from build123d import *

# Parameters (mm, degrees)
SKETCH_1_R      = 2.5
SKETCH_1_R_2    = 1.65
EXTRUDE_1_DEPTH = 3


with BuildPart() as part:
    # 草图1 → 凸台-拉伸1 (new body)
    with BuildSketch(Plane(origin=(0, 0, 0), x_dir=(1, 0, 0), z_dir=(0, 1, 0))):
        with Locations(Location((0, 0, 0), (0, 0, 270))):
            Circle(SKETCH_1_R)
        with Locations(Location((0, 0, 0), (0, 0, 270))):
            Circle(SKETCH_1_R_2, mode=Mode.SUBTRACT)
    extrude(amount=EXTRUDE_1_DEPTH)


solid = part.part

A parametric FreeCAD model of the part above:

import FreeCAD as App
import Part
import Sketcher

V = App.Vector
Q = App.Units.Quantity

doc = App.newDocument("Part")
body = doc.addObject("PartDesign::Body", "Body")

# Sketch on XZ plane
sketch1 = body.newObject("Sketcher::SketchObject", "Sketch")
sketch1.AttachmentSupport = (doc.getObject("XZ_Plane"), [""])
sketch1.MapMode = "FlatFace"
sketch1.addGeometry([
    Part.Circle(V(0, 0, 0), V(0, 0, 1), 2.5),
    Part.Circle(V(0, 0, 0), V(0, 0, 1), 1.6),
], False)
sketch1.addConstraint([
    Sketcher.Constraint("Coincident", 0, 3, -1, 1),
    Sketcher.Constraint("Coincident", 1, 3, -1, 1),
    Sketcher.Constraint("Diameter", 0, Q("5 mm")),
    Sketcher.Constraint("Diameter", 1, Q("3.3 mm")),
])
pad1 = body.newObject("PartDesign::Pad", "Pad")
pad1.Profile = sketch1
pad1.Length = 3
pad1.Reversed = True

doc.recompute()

━━━━━━

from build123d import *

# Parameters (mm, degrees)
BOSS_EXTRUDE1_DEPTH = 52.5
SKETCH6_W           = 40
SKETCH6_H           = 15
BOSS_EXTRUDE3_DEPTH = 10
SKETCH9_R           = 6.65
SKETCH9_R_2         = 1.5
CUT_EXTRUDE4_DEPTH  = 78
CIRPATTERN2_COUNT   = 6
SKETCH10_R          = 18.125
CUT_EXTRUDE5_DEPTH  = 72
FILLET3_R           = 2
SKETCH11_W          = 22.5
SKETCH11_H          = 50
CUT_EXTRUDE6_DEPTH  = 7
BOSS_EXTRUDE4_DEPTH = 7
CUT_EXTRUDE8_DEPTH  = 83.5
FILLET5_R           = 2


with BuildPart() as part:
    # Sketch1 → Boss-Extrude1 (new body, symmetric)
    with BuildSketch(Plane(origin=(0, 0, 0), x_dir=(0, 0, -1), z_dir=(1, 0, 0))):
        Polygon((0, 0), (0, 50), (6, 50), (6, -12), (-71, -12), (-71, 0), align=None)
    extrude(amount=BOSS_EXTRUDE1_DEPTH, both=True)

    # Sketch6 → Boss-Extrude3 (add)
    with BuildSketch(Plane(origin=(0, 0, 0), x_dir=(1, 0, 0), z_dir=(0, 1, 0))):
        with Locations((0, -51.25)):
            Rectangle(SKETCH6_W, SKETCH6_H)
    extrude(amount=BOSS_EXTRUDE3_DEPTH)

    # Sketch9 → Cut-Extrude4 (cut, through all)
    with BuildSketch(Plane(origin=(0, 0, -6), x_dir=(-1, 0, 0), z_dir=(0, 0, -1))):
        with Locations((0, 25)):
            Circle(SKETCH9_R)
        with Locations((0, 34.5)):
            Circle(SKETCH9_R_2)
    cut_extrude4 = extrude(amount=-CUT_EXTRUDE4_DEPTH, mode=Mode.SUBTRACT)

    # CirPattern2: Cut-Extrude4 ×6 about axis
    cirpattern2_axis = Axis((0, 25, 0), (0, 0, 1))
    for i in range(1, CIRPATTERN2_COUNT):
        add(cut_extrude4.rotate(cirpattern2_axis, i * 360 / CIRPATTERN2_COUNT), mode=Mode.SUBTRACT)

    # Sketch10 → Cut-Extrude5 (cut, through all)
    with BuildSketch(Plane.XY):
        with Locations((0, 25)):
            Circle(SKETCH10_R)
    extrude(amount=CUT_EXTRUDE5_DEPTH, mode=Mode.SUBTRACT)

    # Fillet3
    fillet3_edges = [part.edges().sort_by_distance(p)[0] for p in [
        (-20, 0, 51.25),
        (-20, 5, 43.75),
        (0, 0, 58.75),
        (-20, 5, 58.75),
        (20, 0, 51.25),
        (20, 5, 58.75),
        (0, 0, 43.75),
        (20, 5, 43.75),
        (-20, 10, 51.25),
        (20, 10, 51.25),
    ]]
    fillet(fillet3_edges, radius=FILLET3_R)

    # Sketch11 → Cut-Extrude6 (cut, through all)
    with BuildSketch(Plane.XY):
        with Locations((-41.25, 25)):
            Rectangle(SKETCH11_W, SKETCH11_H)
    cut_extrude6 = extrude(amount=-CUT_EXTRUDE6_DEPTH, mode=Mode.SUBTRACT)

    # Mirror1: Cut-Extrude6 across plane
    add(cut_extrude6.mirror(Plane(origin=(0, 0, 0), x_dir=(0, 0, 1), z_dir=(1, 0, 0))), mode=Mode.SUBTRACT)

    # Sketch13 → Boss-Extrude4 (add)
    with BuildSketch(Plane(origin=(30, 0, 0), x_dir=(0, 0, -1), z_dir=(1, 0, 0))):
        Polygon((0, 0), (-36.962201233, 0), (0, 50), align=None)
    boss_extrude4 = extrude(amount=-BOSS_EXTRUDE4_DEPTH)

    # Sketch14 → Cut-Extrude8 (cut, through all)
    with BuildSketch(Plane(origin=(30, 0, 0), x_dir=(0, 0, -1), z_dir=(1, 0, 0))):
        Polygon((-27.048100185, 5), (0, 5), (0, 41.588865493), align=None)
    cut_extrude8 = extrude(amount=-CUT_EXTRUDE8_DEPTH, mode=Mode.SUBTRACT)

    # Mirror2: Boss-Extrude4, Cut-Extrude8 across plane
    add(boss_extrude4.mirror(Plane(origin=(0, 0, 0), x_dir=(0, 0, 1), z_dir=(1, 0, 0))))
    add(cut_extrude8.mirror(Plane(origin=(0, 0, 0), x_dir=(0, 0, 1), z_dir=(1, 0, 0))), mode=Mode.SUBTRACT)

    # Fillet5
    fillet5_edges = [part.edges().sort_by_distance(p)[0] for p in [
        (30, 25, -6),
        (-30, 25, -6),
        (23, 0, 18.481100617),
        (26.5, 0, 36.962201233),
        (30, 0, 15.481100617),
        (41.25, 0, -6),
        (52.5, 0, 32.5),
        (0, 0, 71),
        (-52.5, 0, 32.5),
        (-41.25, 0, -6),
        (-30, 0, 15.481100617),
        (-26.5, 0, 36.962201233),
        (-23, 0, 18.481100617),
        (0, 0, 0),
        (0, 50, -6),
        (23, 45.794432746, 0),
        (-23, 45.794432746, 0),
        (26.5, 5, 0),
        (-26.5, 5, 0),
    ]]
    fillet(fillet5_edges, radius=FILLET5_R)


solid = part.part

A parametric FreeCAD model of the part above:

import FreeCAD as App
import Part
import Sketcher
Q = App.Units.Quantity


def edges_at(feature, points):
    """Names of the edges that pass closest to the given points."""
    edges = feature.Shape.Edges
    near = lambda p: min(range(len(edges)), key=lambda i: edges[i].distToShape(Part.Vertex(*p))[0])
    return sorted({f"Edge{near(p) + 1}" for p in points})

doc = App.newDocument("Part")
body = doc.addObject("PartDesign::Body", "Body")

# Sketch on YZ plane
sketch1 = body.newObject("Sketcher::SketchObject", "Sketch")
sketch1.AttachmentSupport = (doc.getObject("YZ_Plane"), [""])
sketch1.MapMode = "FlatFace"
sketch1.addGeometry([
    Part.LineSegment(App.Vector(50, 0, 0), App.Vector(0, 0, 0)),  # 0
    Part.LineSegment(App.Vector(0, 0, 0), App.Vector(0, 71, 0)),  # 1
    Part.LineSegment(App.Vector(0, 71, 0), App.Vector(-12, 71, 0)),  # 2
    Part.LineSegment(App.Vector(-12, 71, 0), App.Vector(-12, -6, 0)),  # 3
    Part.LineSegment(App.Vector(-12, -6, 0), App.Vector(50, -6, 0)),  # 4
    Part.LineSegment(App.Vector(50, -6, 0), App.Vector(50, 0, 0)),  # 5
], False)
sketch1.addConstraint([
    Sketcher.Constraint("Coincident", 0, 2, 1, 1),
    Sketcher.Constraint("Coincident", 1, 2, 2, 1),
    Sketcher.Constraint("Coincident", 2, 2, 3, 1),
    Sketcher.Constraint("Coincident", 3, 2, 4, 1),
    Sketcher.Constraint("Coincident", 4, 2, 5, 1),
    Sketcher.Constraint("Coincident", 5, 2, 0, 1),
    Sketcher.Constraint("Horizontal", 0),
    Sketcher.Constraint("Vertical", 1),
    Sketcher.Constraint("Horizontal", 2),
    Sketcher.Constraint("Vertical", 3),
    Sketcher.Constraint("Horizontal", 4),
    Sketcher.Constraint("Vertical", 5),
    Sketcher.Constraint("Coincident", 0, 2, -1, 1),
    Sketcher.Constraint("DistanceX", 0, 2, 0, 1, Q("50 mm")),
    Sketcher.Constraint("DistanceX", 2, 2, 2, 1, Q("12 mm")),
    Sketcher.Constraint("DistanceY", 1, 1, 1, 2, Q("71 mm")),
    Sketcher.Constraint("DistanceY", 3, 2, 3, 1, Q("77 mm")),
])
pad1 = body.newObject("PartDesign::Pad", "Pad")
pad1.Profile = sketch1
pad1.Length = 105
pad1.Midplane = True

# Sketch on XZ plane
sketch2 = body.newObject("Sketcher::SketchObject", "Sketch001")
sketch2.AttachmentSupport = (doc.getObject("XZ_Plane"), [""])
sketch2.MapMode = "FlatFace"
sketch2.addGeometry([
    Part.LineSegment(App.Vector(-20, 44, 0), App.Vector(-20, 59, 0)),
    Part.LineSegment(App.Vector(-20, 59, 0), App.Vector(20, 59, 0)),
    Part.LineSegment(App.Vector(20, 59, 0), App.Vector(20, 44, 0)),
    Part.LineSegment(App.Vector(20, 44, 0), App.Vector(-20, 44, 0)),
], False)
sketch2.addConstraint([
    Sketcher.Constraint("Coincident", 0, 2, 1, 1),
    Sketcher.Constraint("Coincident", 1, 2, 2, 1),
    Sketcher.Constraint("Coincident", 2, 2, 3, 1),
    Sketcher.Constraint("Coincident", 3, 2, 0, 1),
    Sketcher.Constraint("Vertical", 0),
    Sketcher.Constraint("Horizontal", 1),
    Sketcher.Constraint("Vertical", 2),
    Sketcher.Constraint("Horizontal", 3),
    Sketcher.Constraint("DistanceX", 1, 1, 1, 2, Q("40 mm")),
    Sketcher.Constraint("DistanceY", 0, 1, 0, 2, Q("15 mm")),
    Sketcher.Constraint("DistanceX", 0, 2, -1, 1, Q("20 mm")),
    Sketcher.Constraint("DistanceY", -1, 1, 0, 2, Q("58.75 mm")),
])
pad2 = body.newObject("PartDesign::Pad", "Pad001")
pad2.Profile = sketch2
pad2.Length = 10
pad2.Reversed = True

━━━━━━

_WHAT TO DO_
The required answer is the run of lines above, starting at the line with "(-71, 0), align=None)" and ending at the line with "# Sketch11 →", reproduced exactly with both ends.

_ANSWER TO THE PROBLEM_
        Polygon((0, 0), (0, 50), (6, 50), (6, -12), (-71, -12), (-71, 0), align=None)
    extrude(amount=BOSS_EXTRUDE1_DEPTH, both=True)

    # Sketch6 → Boss-Extrude3 (add)
    with BuildSketch(Plane(origin=(0, 0, 0), x_dir=(1, 0, 0), z_dir=(0, 1, 0))):
        with Locations((0, -51.25)):
            Rectangle(SKETCH6_W, SKETCH6_H)
    extrude(amount=BOSS_EXTRUDE3_DEPTH)

    # Sketch9 → Cut-Extrude4 (cut, through all)
    with BuildSketch(Plane(origin=(0, 0, -6), x_dir=(-1, 0, 0), z_dir=(0, 0, -1))):
        with Locations((0, 25)):
            Circle(SKETCH9_R)
        with Locations((0, 34.5)):
            Circle(SKETCH9_R_2)
    cut_extrude4 = extrude(amount=-CUT_EXTRUDE4_DEPTH, mode=Mode.SUBTRACT)

    # CirPattern2: Cut-Extrude4 ×6 about axis
    cirpattern2_axis = Axis((0, 25, 0), (0, 0, 1))
    for i in range(1, CIRPATTERN2_COUNT):
        add(cut_extrude4.rotate(cirpattern2_axis, i * 360 / CIRPATTERN2_COUNT), mode=Mode.SUBTRACT)

    # Sketch10 → Cut-Extrude5 (cut, through all)
    with BuildSketch(Plane.XY):
        with Locations((0, 25)):
            Circle(SKETCH10_R)
    extrude(amount=CUT_EXTRUDE5_DEPTH, mode=Mode.SUBTRACT)

    # Fillet3
    fillet3_edges = [part.edges().sort_by_distance(p)[0] for p in [
        (-20, 0, 51.25),
        (-20, 5, 43.75),
        (0, 0, 58.75),
        (-20, 5, 58.75),
        (20, 0, 51.25),
        (20, 5, 58.75),
        (0, 0, 43.75),
        (20, 5, 43.75),
        (-20, 10, 51.25),
        (20, 10, 51.25),
    ]]
    fillet(fillet3_edges, radius=FILLET3_R)

    # Sketch11 → Cut-Extrude6 (cut, through all)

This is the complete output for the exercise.